Tom’s voice in his ear, silky-low and insistent, has Harry’s thighs trembling. It’s been so
long– he hasn’t been able to touch himself since they arrived on this godforsaken island, and
it’s the longest he’s gone without jerking off for years. He’s going to come in ten seconds flat
if he isn’t careful.

“Tom.” He bites his lip. His face burns. “Tom, wait. These are my only pair of trousers.
Please don’t make me come in them, oh my god. That would be so embarrassing.”

Tom freezes. He stops moving his leg and instead rests his forehead against Harry’s shoulder.
Then his shoulders hitch up and down quickly and Harry realises he’s laughing.

“For fuck’s sake,” Tom says. “You’re unbelievable.”

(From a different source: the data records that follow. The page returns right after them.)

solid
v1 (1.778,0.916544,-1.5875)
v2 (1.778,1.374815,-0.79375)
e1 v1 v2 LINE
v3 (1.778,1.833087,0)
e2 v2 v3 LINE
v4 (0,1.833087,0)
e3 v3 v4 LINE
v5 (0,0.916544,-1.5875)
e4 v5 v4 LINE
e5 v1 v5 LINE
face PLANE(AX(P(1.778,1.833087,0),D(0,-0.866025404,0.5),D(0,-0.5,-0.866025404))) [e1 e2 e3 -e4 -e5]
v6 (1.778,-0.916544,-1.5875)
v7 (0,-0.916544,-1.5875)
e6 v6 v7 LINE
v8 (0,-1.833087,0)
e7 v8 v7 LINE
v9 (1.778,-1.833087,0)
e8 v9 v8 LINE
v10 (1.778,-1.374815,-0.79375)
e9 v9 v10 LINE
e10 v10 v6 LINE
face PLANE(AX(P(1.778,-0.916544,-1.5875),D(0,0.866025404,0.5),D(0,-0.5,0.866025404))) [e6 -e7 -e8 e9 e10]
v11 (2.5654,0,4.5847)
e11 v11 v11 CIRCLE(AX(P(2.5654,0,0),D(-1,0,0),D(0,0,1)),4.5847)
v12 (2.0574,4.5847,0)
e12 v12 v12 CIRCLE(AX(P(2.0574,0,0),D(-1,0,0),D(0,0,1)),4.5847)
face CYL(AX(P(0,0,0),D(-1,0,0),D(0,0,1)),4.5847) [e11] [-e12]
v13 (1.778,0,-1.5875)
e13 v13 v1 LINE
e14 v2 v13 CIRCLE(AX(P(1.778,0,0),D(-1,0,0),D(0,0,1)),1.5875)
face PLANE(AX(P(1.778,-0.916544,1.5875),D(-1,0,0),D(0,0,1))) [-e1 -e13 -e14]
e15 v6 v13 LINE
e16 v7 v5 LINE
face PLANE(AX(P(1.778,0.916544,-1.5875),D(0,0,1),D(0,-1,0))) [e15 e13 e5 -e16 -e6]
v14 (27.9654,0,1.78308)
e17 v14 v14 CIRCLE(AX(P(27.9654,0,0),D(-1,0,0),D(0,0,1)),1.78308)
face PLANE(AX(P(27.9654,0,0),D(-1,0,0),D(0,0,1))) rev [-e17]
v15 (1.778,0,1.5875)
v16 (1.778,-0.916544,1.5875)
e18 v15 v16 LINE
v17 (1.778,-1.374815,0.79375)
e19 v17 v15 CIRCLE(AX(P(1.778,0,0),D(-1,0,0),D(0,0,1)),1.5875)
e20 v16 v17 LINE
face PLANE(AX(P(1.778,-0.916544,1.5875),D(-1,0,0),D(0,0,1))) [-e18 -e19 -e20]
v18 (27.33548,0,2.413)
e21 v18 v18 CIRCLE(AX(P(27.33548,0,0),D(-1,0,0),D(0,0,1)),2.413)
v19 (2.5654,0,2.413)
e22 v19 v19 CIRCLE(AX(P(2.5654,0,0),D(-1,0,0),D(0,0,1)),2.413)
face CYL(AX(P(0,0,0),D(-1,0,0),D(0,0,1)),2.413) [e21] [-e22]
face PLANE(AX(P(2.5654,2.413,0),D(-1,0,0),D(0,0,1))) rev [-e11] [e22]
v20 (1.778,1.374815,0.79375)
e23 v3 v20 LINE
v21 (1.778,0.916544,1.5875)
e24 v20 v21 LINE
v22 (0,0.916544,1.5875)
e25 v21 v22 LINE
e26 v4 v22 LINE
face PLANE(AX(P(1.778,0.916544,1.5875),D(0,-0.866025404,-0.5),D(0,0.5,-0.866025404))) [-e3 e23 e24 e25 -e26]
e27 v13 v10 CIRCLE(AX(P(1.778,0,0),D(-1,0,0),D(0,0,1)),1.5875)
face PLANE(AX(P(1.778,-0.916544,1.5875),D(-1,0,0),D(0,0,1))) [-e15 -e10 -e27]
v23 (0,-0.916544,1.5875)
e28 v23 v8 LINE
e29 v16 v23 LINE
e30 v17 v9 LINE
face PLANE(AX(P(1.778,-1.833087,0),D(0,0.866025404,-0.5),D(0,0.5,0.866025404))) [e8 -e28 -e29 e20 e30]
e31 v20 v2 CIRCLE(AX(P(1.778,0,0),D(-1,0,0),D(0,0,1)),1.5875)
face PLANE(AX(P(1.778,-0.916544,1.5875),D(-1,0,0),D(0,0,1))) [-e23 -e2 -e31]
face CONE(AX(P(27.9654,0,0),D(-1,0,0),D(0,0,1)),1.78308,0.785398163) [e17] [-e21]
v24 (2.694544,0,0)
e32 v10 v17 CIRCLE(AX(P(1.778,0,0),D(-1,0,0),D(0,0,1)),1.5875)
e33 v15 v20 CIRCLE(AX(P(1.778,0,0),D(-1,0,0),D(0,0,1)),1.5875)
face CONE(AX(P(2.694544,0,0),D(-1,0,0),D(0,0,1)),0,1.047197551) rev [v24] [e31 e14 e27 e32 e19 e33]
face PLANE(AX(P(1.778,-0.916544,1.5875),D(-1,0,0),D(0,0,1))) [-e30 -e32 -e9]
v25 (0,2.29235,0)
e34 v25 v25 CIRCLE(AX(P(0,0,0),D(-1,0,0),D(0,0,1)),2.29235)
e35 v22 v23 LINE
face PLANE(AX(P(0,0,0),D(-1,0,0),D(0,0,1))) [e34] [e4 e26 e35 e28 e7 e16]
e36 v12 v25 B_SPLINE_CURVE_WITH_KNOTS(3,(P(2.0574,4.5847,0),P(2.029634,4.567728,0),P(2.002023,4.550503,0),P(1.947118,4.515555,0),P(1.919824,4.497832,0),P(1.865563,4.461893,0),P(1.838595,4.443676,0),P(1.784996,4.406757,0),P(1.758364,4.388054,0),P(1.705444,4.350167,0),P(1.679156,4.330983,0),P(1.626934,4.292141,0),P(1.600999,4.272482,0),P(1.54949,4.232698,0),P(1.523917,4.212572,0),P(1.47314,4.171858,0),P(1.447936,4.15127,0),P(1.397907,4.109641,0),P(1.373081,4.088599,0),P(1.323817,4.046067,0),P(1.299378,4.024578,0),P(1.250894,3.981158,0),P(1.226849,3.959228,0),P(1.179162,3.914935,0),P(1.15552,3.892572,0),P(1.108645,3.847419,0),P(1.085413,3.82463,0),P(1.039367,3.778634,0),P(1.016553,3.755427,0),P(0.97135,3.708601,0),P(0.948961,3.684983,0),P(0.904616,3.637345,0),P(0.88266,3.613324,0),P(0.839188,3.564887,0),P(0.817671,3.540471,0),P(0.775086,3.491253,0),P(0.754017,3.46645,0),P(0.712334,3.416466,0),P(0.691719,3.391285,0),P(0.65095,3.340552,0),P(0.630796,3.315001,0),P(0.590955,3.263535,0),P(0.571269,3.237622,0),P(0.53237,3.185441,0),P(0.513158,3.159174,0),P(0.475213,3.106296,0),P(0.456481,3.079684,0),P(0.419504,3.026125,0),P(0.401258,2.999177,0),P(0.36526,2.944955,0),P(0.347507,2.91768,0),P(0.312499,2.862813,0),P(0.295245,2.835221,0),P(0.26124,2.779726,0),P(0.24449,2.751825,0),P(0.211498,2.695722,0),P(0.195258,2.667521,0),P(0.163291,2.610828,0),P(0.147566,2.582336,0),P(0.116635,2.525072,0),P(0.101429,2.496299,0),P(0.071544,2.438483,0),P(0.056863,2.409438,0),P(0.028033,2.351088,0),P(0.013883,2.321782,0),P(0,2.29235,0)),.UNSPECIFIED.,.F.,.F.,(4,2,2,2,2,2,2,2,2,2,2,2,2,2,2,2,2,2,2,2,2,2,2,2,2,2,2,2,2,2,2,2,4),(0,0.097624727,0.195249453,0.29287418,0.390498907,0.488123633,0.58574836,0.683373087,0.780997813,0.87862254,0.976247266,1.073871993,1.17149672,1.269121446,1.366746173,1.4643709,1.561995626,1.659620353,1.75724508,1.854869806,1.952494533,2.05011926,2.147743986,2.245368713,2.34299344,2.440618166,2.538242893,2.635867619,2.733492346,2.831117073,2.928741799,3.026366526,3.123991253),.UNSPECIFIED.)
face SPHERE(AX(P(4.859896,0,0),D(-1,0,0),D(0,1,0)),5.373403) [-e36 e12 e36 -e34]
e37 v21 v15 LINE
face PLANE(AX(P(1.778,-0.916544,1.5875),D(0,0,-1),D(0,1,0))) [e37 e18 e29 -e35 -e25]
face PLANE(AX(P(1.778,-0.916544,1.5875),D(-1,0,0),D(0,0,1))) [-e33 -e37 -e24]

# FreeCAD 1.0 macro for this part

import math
import FreeCAD as App
import Part
import Sketcher
Q = App.Units.Quantity

doc = App.newDocument("Part")
body = doc.addObject("PartDesign::Body", "Body")

sketch1 = body.newObject("Sketcher::SketchObject", "Sketch")
sketch1.AttachmentSupport = (doc.getObject("XY_Plane"), [""])
sketch1.MapMode = "FlatFace"
sketch1.addGeometry(Part.LineSegment(App.Vector(28, 0, 0), App.Vector(28, 1.8, 0)), False)
sketch1.addGeometry(Part.LineSegment(App.Vector(28, 1.8, 0), App.Vector(27.3, 2.4, 0)), False)
sketch1.addGeometry(Part.LineSegment(App.Vector(27.3, 2.4, 0), App.Vector(2.6, 2.4, 0)), False)
sketch1.addGeometry(Part.LineSegment(App.Vector(2.6, 2.4, 0), App.Vector(2.6, 4.6, 0)), False)
sketch1.addGeometry(Part.LineSegment(App.Vector(2.6, 4.6, 0), App.Vector(2.1, 4.6, 0)), False)
sketch1.addGeometry(Part.ArcOfCircle(Part.Circle(App.Vector(4.9, 0, 0), App.Vector(0, 0, 1), 5.4), math.radians(121), math.radians(155)), False)
sketch1.addGeometry(Part.LineSegment(App.Vector(0, 2.3, 0), App.Vector(0, 0, 0)), False)
sketch1.addGeometry(Part.LineSegment(App.Vector(0, 0, 0), App.Vector(28, 0, 0)), False)
sketch1.addConstraint(Sketcher.Constraint("Coincident", 0, 2, 1, 1))
sketch1.addConstraint(Sketcher.Constraint("Coincident", 1, 2, 2, 1))
sketch1.addConstraint(Sketcher.Constraint("Coincident", 2, 2, 3, 1))
sketch1.addConstraint(Sketcher.Constraint("Coincident", 3, 2, 4, 1))
sketch1.addConstraint(Sketcher.Constraint("Coincident", 4, 2, 5, 1))
sketch1.addConstraint(Sketcher.Constraint("Coincident", 5, 2, 6, 1))
sketch1.addConstraint(Sketcher.Constraint("Coincident", 6, 2, 7, 1))
sketch1.addConstraint(Sketcher.Constraint("Coincident", 7, 2, 0, 1))
sketch1.addConstraint(Sketcher.Constraint("Vertical", 0))
sketch1.addConstraint(Sketcher.Constraint("Horizontal", 2))
sketch1.addConstraint(Sketcher.Constraint("Vertical", 3))
sketch1.addConstraint(Sketcher.Constraint("Horizontal", 4))
sketch1.addConstraint(Sketcher.Constraint("Vertical", 6))
sketch1.addConstraint(Sketcher.Constraint("Horizontal", 7))
sketch1.addConstraint(Sketcher.Constraint("Coincident", 6, 2, -1, 1))
sketch1.addConstraint(Sketcher.Constraint("PointOnObject", 5, 3, -1))
sketch1.addConstraint(Sketcher.Constraint("Angle", 1, Q("135 deg")))
sketch1.addConstraint(Sketcher.Constraint("DistanceX", 2, 2, 0, 2, Q("1 in")))
sketch1.addConstraint(Sketcher.Constraint("DistanceX", 4, 2, 4, 1, Q("0.02 in")))
sketch1.addConstraint(Sketcher.Constraint("DistanceX", 7, 1, 7, 2, Q("1.101 in")))
sketch1.addConstraint(Sketcher.Constraint("DistanceX", 2, 2, 2, 1, Q("0.9752 in")))
sketch1.addConstraint(Sketcher.Constraint("DistanceY", 0, 1, 0, 2, Q("0.0702 in")))
sketch1.addConstraint(Sketcher.Constraint("DistanceY", 3, 1, 3, 2, Q("0.0855 in")))
sketch1.addConstraint(Sketcher.Constraint("Radius", 5, 5.373403))
revolution = body.newObject("PartDesign::Revolution", "Revolution")
revolution.Profile = sketch1
revolution.ReferenceAxis = (sketch1, ["H_Axis"])
revolution.Angle = 360

sketch2 = body.newObject("Sketcher::SketchObject", "Sketch001")
sketch2.AttachmentSupport = (doc.getObject("XY_Plane"), [""])
sketch2.MapMode = "FlatFace"
sketch2.addGeometry(Part.LineSegment(App.Vector(1.8, 1.6, 0), App.Vector(0, 1.6, 0)), False)
sketch2.addGeometry(Part.LineSegment(App.Vector(0, 1.6, 0), App.Vector(0, 0, 0)), False)
sketch2.addGeometry(Part.LineSegment(App.Vector(0, 0, 0), App.Vector(2.7, 0, 0)), False)
sketch2.addGeometry(Part.LineSegment(App.Vector(2.7, 0, 0), App.Vector(1.8, 1.6, 0)), False)
sketch2.addConstraint(Sketcher.Constraint("Coincident", 0, 2, 1, 1))
sketch2.addConstraint(Sketcher.Constraint("Coincident", 1, 2, 2, 1))
sketch2.addConstraint(Sketcher.Constraint("Coincident", 2, 2, 3, 1))
sketch2.addConstraint(Sketcher.Constraint("Coincident", 3, 2, 0, 1))
sketch2.addConstraint(Sketcher.Constraint("Horizontal", 0))
sketch2.addConstraint(Sketcher.Constraint("Vertical", 1))
sketch2.addConstraint(Sketcher.Constraint("Horizontal", 2))
sketch2.addConstraint(Sketcher.Constraint("Coincident", 1, 2, -1, 1))
sketch2.addConstraint(Sketcher.Constraint("Angle", 3, Q("120 deg")))
sketch2.addConstraint(Sketcher.Constraint("DistanceX", 0, 2, 0, 1, Q("0.07 in")))
sketch2.addConstraint(Sketcher.Constraint("DistanceY", 1, 2, 1, 1, Q("0.0625 in")))
groove = body.newObject("PartDesign::Groove", "Groove")
groove.Profile = sketch2
groove.ReferenceAxis = (sketch2, ["H_Axis"])
groove.Angle = 360

sketch3 = body.newObject("Sketcher::SketchObject", "Sketch002")
sketch3.AttachmentSupport = (doc.getObject("YZ_Plane"), [""])
sketch3.MapMode = "FlatFace"
sketch3.addGeometry(Part.LineSegment(App.Vector(0.9, 1.6, 0), App.Vector(-0.9, 1.6, 0)), False)
sketch3.addGeometry(Part.LineSegment(App.Vector(-0.9, 1.6, 0), App.Vector(-1.8, 0, 0)), False)
sketch3.addGeometry(Part.LineSegment(App.Vector(-1.8, 0, 0), App.Vector(-0.9, -1.6, 0)), False)
sketch3.addGeometry(Part.LineSegment(App.Vector(-0.9, -1.6, 0), App.Vector(0.9, -1.6, 0)), False)
sketch3.addGeometry(Part.LineSegment(App.Vector(0.9, -1.6, 0), App.Vector(1.8, 0, 0)), False)
sketch3.addGeometry(Part.LineSegment(App.Vector(1.8, 0, 0), App.Vector(0.9, 1.6, 0)), False)
sketch3.addConstraint(Sketcher.Constraint("Coincident", 0, 2, 1, 1))
sketch3.addConstraint(Sketcher.Constraint("Coincident", 1, 2, 2, 1))
sketch3.addConstraint(Sketcher.Constraint("Coincident", 2, 2, 3, 1))
sketch3.addConstraint(Sketcher.Constraint("Coincident", 3, 2, 4, 1))
sketch3.addConstraint(Sketcher.Constraint("Coincident", 4, 2, 5, 1))
sketch3.addConstraint(Sketcher.Constraint("Coincident", 5, 2, 0, 1))
sketch3.addConstraint(Sketcher.Constraint("Horizontal", 0))
sketch3.addConstraint(Sketcher.Constraint("Horizontal", 3))
sketch3.addConstraint(Sketcher.Constraint("Symmetric", 0, 2, 3, 2, -1, 1))
sketch3.addConstraint(Sketcher.Constraint("Symmetric", 1, 2, 4, 2, -1, 1))
sketch3.addConstraint(Sketcher.Constraint("PointOnObject", 1, 2, -1))
sketch3.addConstraint(Sketcher.Constraint("Parallel", 2, 5))
sketch3.addConstraint(Sketcher.Constraint("Vertical", 0, 2, 2, 2))
sketch3.addConstraint(Sketcher.Constraint("Angle", 1, Q("-120 deg")))
sketch3.addConstraint(Sketcher.Constraint("DistanceY", -1, 1, 0, 2, Q("0.0625 in")))
sketch3.addConstraint(Sketcher.Constraint("DistanceX", 0, 2, 0, 1, 1.833087))
pocket1 = body.newObject("PartDesign::Pocket", "Pocket")
pocket1.Profile = sketch3
pocket1.Length = Q("0.07 in")
pocket1.Reversed = True

doc.recompute()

He eases Harry carefully to his feet, waiting long enough to make sure he’s okay and
balanced, before his hands are fumbling at the button of Harry’s jeans. He pulls the zipper
down and gets a hand inside. Harry stopped wearing underwear almost immediately - it was
definitely a better option than wearing the same pair over and over again - so Tom can just
curl a fist around Harry’s bare cock and stroke him firmly from base to tip. Harry cries out
and his knees buckle, but Tom catches him around the waist and holds him steady, never once
stilling his hand. Tears bead at the corners of Harry’s eyes. This is the first time somebody
else has ever touched him here.

“I’m gonna come,” he gasps, clutching Tom’s forearm.

“That’s the goal,” Tom replies, and kisses him. “It’s okay,” he says against Harry’s lips. “I’ve
got you, darling. Let go.”
Harry does. His body goes rigid and tense for a few seconds as his cock pulses in Tom’s fist,
and then all his limbs sag. He’s boneless and exhausted in Tom’s arms, head lolling against
his shoulder, eyes already slipping shut.

Tom hooks a finger under Harry’s chin and, wordlessly, reels him into another deep kiss.
Harry follows blindly.

All Harry can think, as Tom holds his face steady and gets him worked up all over again, is
how safe he feels, how secure, how he could stay here forever in Tom’s arms and he wouldn’t
even mind, and how terrifying that is.